Praise for The Last Buffalo Hunt and Other Stories:
Long before there were astronauts with “The Right Stuff” there were
mountain men and other hard-case adventurers who plumbed the American
West for riches and fame. At Field & Stream Merritt
specialized in profiling these rugged individuals as they answered the
siren call of the American outdoors. His stories delighted readers then
and will delight them now. It was an unforgettable time in American
history, and these are unforgettable men. — Slaton White, deputy editor, Field & Stream
In these fascinating stories — all generous in spirit and artful in craft — Merritt records the varied ways wild America has revealed itself to some of the most distinctive individuals to have encountered it. We join their memorable journeys in different historical periods and in disparate geographies ranging from the Appalachians to the Sierras. But in the end, our reaction is the same as theirs: awe in the face of the continent’s grandeur and anger at mankind’s assault on it. Like the fearsome wolf in the final story, nature can be brought to submission but never vanquished. — Landon Y. Jones, author of William Clark and the Shaping of the West; former editor, People magazine
... an engaging and welcome addition to American natural and environmental history shelves, highly recommended. — The Midwest Book Review
... a collection of thoroughly entertaining stories about great American adventurers who explored and sometimes exploited the untamed regions of our country over several centuries. [Merritt] paints colorful portraits of many famous individuals, such as Daniel Boone, Theodore Roosevelt, and John Muir, and he adds fascinating little known details of their lives. Who knew that Daniel Boone took naps in a black walnut coffin that he had specially made for himself, or that John Muir tried unsuccessfully to convince an elderly Ralph Waldo Emerson to camp overnight with him beneath the giant Sequoias at Yosemite?

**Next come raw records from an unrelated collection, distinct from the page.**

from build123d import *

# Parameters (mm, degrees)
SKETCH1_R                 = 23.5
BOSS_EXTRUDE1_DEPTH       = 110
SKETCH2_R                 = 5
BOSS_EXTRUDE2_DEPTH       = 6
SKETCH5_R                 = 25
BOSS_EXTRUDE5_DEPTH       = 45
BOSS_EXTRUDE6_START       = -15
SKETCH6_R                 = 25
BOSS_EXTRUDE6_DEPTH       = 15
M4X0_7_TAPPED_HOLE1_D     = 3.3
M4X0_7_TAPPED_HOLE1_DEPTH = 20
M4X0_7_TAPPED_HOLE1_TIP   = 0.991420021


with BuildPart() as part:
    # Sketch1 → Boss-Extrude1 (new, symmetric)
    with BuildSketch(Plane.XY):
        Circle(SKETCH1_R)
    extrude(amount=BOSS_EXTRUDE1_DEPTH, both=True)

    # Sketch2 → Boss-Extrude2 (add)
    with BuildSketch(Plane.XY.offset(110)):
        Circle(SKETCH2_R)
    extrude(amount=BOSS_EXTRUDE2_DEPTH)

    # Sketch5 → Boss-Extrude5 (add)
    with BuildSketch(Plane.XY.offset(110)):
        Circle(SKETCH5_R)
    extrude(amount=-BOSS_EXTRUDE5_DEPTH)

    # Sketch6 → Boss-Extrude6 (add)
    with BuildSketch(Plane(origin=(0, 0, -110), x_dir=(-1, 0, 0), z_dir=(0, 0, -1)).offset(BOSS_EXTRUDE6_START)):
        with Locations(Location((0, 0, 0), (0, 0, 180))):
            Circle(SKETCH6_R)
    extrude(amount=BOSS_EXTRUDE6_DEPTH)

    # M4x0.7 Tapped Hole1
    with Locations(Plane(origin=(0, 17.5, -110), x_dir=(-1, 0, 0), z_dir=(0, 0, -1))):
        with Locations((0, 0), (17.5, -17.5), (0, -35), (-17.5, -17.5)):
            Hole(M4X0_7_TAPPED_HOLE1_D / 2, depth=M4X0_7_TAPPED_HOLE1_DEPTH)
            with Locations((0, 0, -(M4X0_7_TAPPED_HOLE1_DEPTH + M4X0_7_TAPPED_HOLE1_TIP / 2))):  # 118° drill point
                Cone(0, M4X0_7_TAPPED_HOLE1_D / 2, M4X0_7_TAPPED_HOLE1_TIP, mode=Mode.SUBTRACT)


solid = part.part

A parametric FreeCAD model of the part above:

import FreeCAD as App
import Part
import Sketcher

doc = App.newDocument("Part")
body = doc.addObject("PartDesign::Body", "Body")

sketch1 = body.newObject("Sketcher::SketchObject", "Sketch")
sketch1.AttachmentSupport = (doc.getObject("XY_Plane"), [""])
sketch1.MapMode = "FlatFace"
sketch1.addGeometry(Part.Circle(App.Vector(0, 0, 0), App.Vector(0, 0, 1), 23.5), False)
sketch1.addConstraint([
    Sketcher.Constraint("Coincident", 0, 3, -1, 1),
    Sketcher.Constraint("Diameter", 0, 47.0),
])
pad1 = body.newObject("PartDesign::Pad", "Pad")
pad1.Profile = sketch1
pad1.Length = 220
pad1.Midplane = True

sketch2 = body.newObject("Sketcher::SketchObject", "Sketch001")
sketch2.AttachmentSupport = (doc.getObject("XY_Plane"), [""])
sketch2.MapMode = "FlatFace"
sketch2.AttachmentOffset = App.Placement(App.Vector(0, 0, 110), App.Rotation())
sketch2.addGeometry(Part.Circle(App.Vector(0, 0, 0), App.Vector(0, 0, 1), 5), False)
sketch2.addConstraint([
    Sketcher.Constraint("Coincident", 0, 3, -1, 1),
    Sketcher.Constraint("Diameter", 0, 10.0),
])
pad2 = body.newObject("PartDesign::Pad", "Pad001")
pad2.Profile = sketch2
pad2.Length = 6

sketch3 = body.newObject("Sketcher::SketchObject", "Sketch002")
sketch3.AttachmentSupport = (doc.getObject("XY_Plane"), [""])
sketch3.MapMode = "FlatFace"
sketch3.AttachmentOffset = App.Placement(App.Vector(0, 0, 110), App.Rotation())
sketch3.addGeometry(Part.Circle(App.Vector(0, 0, 0), App.Vector(0, 0, 1), 25), False)
sketch3.addConstraint([
    Sketcher.Constraint("Coincident", 0, 3, -1, 1),
    Sketcher.Constraint("Diameter", 0, 50.0),
])
pad3 = body.newObject("PartDesign::Pad", "Pad002")
pad3.Profile = sketch3
pad3.Length = 45
pad3.Reversed = True

sketch4 = body.newObject("Sketcher::SketchObject", "Sketch003")
sketch4.AttachmentSupport = (doc.getObject("XY_Plane"), [""])
sketch4.MapMode = "FlatFace"
sketch4.AttachmentOffset = App.Placement(App.Vector(0, 0, -95), App.Rotation())
sketch4.addGeometry(Part.Circle(App.Vector(0, 0, 0), App.Vector(0, 0, 1), 25), False)
sketch4.addConstraint([
    Sketcher.Constraint("Coincident", 0, 3, -1, 1),
    Sketcher.Constraint("Diameter", 0, 50.0),
])
pad4 = body.newObject("PartDesign::Pad", "Pad003")
pad4.Profile = sketch4
pad4.Length = 15
pad4.Reversed = True

sketch5 = body.newObject("Sketcher::SketchObject", "Sketch004")
sketch5.AttachmentSupport = (doc.getObject("XY_Plane"), [""])
sketch5.MapMode = "FlatFace"
sketch5.AttachmentOffset = App.Placement(App.Vector(0, 0, -110), App.Rotation())
sketch5.addGeometry([
    Part.Circle(App.Vector(0, 17.5, 0), App.Vector(0, 0, 1), 1.65),
    Part.Circle(App.Vector(-17.5, 0, 0), App.Vector(0, 0, 1), 1.65),
    Part.Circle(App.Vector(0, -17.5, 0), App.Vector(0, 0, 1), 1.65),
    Part.Circle(App.Vector(17.5, 0, 0), App.Vector(0, 0, 1), 1.65),
], False)
sketch5.addConstraint([
    Sketcher.Constraint("Equal", 0, 1),
    Sketcher.Constraint("Equal", 1, 2),
    Sketcher.Constraint("Equal", 2, 3),
    Sketcher.Constraint("Symmetric", 0, 3, 2, 3, -1, 1),
    Sketcher.Constraint("Symmetric", 1, 3, 3, 3, -1, 1),
    Sketcher.Constraint("PointOnObject", 0, 3, -2),
    Sketcher.Constraint("PointOnObject", 1, 3, -1),
    Sketcher.Constraint("Diameter", 0, 3.3),
    Sketcher.Constraint("DistanceY", 2, 3, 0, 3, 35.0),
    Sketcher.Constraint("DistanceX", 1, 3, 3, 3, 35.0),
])
doc.recompute()
hole = body.newObject("PartDesign::Hole", "Hole")
hole.Profile = sketch5
hole.ThreadType = "None"
hole.Diameter = 3.3
hole.DepthType = "Dimension"
hole.Depth = 20
hole.DrillPoint = "Angled"
hole.DrillPointAngle = 118
hole.Reversed = True

doc.recompute()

— “Cape May Bibliophile,” Amazon.com reader’s review (5 stars)
• • •
The author reflects on The Last Buffalo Hunt and Other Stories:
I have a longstanding interest in the outdoors, broadly defined, and over the years have written many magazine pieces about the American West, natural history and the environment, and hunting and fishing. Many of these were profiles of historical figures, some well known like Daniel Boone, John Muir, and Theodore Roosevelt, others more or less obscure. I wanted to put the best of these pieces into an anthology that would appeal to readers who share my interest in the historical relationship between Americans and their environment. Assembling them in book form allowed me to revise and in many cases to expand on the originals. It was also an opportunity to indulge other creative impulses — I drew all the illustrations and did the book’s graphic design and layout.
It’s a diverse and to some extent eclectic collection of profiles and narratives, but with a connecting theme: how the American environment has shaped us as a people, and vice versa. For example, Daniel Boone’s very being was defined by his life as a hunter and explorer in the wilderness of Kentucky, but his actions in turn led to the destruction of that wilderness. Boone himself was deeply ambivalent about his role in westward expansion and, as he put it, what “comes of settling a country.”
I’m fond of all my subjects, although admittedly some are more likeable than others. Two of my favorites, Daniel Boone and William Bartram, were both Quakers, with what we think of as Quaker temperaments. Bartram was one of our greatest naturalists and a gentle soul whose wanderings in the American Southwest in the 1770s produced Bartram’s Travels, a unique work of American literature. Boone’s Quakerness is seen in his affinity and respect for Native Americans. Unlike many frontiersmen, he never became an Indian hater — remarkably so, given that Indians killed two of his sons, a grandson, a brother, a nephew, and a brother-in-law. George Custer — boastful, mendacious, self-aggrandizing, and a recklessly irresponsible military commander — is admittedly harder to like, but you can admire his high spirits and boundless curiosity about the Great Plains, an environment most Army men loathed.
Then there’s Ishi, a California Indian, the last of his tribe, who walked out of the wilderness in 1911 after decades of hiding from the white settlers who had killed off his people. He was adopted by two Berkeley anthropologists and with remarkable quickness made a home and a new life for himself at the university. He taught another Berkeley professor, Saxton Pope, how to craft bows and arrows and how to hunt with them in the foothills of the Cascade Range — modern bow hunting traces directly to their friendship. Ishi too was a gentle soul, beloved by everyone who knew him, who had plenty of reasons to hate white people but didn’t.
Not all these stories are upbeat. An undercurrent throughout is Americans’ penchant for environmental destruction — for example, the assault on predators as described in “The Custer Wolf” and the destruction of bison in the book’s title piece, “The Last Buffalo Hunt.” But they also chronicle the birth and development of an environmental conscience through the efforts of Roosevelt, Muir, and writers like Henry William Herbert (alias Frank Forester) and George Washington Sears (Nessmuk). Sears is another wonderful character and a writer whose hard, clear prose echoes his contemporaries Henry David Thoreau, Herman Melville, and Walt Whitman. The title of my Sears profile, “Call Me Nessmuk,” alludes to the famous first line of Melville’s Moby Dick.